Ablation Study — Robustness to Spurious Correlations

Method ANIMALS WG WATERBIRDS WG CELEBA WG Gap WG-AVG
LoRA 54.79 75.49 40.00 34.8
FVAE-LoRA 62.0 75.85 43.33 31.71

FVAE-LoRA consistently achieves higher worst-group accuracy, confirming that \(\mathbf{z}_1\) captures causally relevant task features.

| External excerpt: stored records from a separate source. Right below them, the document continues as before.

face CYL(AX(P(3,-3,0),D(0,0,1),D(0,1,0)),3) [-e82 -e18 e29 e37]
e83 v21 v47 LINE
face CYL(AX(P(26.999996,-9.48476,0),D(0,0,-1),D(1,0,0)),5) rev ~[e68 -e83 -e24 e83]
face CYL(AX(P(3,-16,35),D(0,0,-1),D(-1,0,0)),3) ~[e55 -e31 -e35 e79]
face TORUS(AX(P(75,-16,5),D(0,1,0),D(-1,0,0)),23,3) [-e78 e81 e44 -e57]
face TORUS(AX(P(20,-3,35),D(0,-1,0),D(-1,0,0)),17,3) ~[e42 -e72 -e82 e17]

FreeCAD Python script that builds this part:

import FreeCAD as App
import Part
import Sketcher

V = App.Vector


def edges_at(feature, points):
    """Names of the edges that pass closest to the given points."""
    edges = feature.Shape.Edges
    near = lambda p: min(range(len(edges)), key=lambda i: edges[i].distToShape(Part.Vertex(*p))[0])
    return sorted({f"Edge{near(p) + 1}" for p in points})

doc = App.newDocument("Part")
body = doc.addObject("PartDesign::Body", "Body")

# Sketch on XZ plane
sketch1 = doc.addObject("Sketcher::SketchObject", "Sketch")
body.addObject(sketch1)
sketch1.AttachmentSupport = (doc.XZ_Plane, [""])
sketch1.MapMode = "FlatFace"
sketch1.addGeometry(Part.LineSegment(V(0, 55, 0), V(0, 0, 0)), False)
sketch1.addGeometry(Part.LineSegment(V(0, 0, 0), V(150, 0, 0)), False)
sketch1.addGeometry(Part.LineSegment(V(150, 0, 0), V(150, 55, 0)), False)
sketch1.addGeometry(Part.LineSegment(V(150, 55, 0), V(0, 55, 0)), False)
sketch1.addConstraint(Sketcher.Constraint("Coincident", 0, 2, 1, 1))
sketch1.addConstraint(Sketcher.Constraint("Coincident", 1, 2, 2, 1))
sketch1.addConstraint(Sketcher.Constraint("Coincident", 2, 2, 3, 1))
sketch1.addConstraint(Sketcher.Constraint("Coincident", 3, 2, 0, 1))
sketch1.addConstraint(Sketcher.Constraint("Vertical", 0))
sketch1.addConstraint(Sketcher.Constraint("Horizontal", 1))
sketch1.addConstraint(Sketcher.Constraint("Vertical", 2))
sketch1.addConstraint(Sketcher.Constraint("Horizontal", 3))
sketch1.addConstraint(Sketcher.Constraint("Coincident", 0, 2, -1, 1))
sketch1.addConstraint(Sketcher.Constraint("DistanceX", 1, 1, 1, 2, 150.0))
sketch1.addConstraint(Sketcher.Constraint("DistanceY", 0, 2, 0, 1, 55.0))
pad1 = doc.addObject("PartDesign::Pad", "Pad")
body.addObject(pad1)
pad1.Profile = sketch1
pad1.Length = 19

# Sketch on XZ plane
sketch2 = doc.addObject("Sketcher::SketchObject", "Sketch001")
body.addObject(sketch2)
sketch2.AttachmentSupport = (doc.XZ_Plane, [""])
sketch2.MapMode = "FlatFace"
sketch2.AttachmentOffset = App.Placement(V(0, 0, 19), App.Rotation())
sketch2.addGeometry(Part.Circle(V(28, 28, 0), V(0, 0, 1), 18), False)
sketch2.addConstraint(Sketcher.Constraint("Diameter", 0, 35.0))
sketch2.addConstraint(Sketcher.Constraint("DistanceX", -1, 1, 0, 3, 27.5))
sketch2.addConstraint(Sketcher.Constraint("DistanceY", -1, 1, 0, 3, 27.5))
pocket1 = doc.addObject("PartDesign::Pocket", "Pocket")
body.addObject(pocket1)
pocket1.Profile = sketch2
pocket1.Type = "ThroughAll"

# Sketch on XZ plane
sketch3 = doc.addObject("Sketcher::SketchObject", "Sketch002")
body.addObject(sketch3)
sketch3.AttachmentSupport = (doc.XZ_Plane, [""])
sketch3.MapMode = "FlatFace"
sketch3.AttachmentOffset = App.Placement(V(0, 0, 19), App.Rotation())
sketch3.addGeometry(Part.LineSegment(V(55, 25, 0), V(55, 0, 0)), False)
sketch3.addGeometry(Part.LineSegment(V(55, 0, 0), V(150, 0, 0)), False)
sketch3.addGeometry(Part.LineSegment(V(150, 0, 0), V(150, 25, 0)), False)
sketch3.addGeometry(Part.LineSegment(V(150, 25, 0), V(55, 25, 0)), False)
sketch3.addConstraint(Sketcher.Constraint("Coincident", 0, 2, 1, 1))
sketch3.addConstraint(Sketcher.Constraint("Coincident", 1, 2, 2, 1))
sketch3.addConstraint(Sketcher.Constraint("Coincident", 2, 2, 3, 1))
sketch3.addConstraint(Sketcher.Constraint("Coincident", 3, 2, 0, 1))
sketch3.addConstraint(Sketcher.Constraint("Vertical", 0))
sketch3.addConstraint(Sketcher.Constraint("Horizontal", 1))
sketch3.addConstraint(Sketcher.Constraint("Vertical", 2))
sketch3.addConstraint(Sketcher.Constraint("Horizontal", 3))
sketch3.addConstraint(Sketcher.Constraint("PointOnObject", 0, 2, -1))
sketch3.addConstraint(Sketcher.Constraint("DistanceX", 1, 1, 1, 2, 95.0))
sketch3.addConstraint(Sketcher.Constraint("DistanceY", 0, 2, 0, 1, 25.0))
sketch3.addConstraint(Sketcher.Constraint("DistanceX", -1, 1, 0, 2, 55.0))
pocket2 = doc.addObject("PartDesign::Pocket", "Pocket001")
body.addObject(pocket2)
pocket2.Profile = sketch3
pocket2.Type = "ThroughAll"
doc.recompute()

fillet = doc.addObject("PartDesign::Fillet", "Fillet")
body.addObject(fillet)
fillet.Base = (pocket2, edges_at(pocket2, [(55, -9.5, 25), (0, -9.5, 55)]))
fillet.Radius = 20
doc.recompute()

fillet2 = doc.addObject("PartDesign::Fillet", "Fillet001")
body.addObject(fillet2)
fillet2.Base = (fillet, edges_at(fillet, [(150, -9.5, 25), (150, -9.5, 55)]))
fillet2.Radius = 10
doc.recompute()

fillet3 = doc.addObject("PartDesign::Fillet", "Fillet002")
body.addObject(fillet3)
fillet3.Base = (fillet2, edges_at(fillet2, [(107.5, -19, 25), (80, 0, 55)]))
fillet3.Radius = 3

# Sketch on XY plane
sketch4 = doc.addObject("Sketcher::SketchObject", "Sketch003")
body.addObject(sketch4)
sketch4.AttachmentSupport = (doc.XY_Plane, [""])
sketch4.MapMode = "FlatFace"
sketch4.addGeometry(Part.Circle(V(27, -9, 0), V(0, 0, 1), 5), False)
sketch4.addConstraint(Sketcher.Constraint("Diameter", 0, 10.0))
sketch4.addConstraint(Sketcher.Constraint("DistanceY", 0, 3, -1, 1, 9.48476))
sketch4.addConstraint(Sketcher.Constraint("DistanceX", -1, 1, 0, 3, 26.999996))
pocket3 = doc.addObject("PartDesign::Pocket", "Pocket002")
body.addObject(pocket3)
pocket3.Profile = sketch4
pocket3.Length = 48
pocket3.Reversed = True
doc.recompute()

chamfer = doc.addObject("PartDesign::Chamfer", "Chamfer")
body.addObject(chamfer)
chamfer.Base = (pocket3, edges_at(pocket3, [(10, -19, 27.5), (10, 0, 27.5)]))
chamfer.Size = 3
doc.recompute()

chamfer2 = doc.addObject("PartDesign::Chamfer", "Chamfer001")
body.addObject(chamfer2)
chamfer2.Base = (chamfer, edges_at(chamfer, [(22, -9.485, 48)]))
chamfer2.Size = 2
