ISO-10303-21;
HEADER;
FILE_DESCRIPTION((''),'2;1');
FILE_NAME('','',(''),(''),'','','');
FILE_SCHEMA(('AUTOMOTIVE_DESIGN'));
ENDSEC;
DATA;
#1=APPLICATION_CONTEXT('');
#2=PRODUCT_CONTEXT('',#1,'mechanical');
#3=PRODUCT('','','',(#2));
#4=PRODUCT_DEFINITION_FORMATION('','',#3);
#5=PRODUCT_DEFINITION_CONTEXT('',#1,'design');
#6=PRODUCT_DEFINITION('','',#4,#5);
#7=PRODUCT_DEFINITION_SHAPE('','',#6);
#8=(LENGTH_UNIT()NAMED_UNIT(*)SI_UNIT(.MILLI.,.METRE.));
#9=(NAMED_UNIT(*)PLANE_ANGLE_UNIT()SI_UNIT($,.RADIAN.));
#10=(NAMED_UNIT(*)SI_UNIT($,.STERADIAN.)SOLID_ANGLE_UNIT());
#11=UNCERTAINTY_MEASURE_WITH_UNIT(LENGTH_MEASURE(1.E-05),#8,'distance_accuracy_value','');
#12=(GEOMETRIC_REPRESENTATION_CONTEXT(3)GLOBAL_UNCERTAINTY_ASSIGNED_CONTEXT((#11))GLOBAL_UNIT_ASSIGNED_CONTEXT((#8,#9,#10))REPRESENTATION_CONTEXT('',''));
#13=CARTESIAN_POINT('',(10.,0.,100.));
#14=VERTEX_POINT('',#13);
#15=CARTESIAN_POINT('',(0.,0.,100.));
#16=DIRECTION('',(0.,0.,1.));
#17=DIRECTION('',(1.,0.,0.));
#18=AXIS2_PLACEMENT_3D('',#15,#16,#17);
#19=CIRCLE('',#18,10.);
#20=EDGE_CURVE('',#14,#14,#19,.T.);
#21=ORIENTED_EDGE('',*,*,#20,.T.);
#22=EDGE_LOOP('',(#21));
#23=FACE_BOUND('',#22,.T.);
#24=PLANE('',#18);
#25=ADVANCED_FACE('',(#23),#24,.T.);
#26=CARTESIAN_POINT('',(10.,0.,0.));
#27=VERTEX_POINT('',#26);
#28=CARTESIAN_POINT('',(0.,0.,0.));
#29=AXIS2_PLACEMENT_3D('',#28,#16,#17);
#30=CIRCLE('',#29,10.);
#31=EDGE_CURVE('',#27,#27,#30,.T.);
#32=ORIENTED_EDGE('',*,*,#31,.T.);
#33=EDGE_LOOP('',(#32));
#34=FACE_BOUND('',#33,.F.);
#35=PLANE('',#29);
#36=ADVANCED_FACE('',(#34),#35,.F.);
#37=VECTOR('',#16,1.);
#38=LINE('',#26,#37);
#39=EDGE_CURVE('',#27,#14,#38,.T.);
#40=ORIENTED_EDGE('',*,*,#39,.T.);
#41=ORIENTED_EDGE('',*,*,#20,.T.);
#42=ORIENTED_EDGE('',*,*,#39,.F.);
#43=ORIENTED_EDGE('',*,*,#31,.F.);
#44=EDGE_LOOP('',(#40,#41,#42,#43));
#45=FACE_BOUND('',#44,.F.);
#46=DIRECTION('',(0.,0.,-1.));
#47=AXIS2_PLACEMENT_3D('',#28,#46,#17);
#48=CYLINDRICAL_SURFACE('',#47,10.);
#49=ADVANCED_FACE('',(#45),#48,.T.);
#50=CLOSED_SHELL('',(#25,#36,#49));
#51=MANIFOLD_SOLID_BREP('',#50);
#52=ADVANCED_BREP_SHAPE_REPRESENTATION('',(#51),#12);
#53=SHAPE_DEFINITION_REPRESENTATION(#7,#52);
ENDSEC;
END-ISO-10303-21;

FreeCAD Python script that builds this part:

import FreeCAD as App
import Part
import Sketcher

V = App.Vector
Q = App.Units.Quantity

doc = App.newDocument("Part")
body = doc.addObject("PartDesign::Body", "Body")

# Sketch on XY plane
sketch1 = body.newObject("Sketcher::SketchObject", "Sketch")
sketch1.AttachmentSupport = (doc.getObject("XY_Plane"), [""])
sketch1.MapMode = "FlatFace"
sketch1.addGeometry(Part.Circle(V(0, 0, 0), V(0, 0, 1), 10), False)
sketch1.addConstraint([
    Sketcher.Constraint("Coincident", 0, 3, -1, 1),
    Sketcher.Constraint("Diameter", 0, Q("20 mm")),
])
pad1 = body.newObject("PartDesign::Pad", "Pad")
pad1.Profile = sketch1
pad1.Length = 100

doc.recompute()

Ablation — Necessity of the Factorization Objective

Method Avg Accuracy
VAE2LAT (no factorization) 86.43
\(\beta\)-VAE2LAT 87.29
FVAE-LoRA 89.53

Key Findings

  1. FVAE-LoRA consistently outperforms standard LoRA across image, text, and audio modalities
  2. On 6 image datasets, FVAE-LoRA marginally surpasses full fine-tuning with only 0.73% of parameters
  3. Spurious correlation experiments confirm that \(\mathbf{z}_1\) learns causally relevant features
  4. The \(\Gamma\) repulsion regularizer is critical for performance (ablation: +3.1 pp)

Highlights & Insights

  • Principled Innovation: The first work to apply VAE latent space factorization to PEFT, enabling semantic-level control over LoRA update content
  • Theoretical Rigor: An upper-bound proof on the Wasserstein repulsion distance provides theoretical grounding for the \(\Gamma\) regulator
  • Cross-Modal Generality: Demonstrated effectiveness on text (Llama-3-8B), image (ViT-B/16), and audio (Wav2Vec2)
  • Robustness Gains: The spurious correlation experiments offer compelling validation — improvements are observed not only in average accuracy but also in worst-group performance

Limitations & Future Work

  1. Additional hyperparameters (\(\alpha, \beta, \delta, \lambda\), prior centers) increase tuning complexity
  2. Training requires running the full FVAE (two encoders + one decoder), incurring greater computational cost than standard LoRA
  3. Inference requires only \(q_{\phi_1}\), but more parameters must be stored
  4. The prior center \(\mu_2 = 1.5\) is chosen empirically, and sensitivity analysis remains limited
  • LoRA (Hu et al., 2022): The foundation of this work
  • \(\beta\)-VAE (Higgins et al., 2017): A seminal method for disentangled latent representations
  • DoRA (Liu et al., 2024): A LoRA variant based on weight decomposition
  • HiRA (Huang et al., 2025): Hadamard high-rank adaptation
  • Insight: The next frontier in PEFT lies not only in how to fine-tune, but in what to fine-tune — semantic-level information filtering is a critical direction

Rating

⭐⭐⭐⭐⭐ (4.5/5) The theoretical formulation is elegant, the experiments are comprehensive, cross-modal validation is thorough, and the spurious correlation experiments are convincing. The main drawbacks are increased training overhead and a relatively large number of hyperparameters.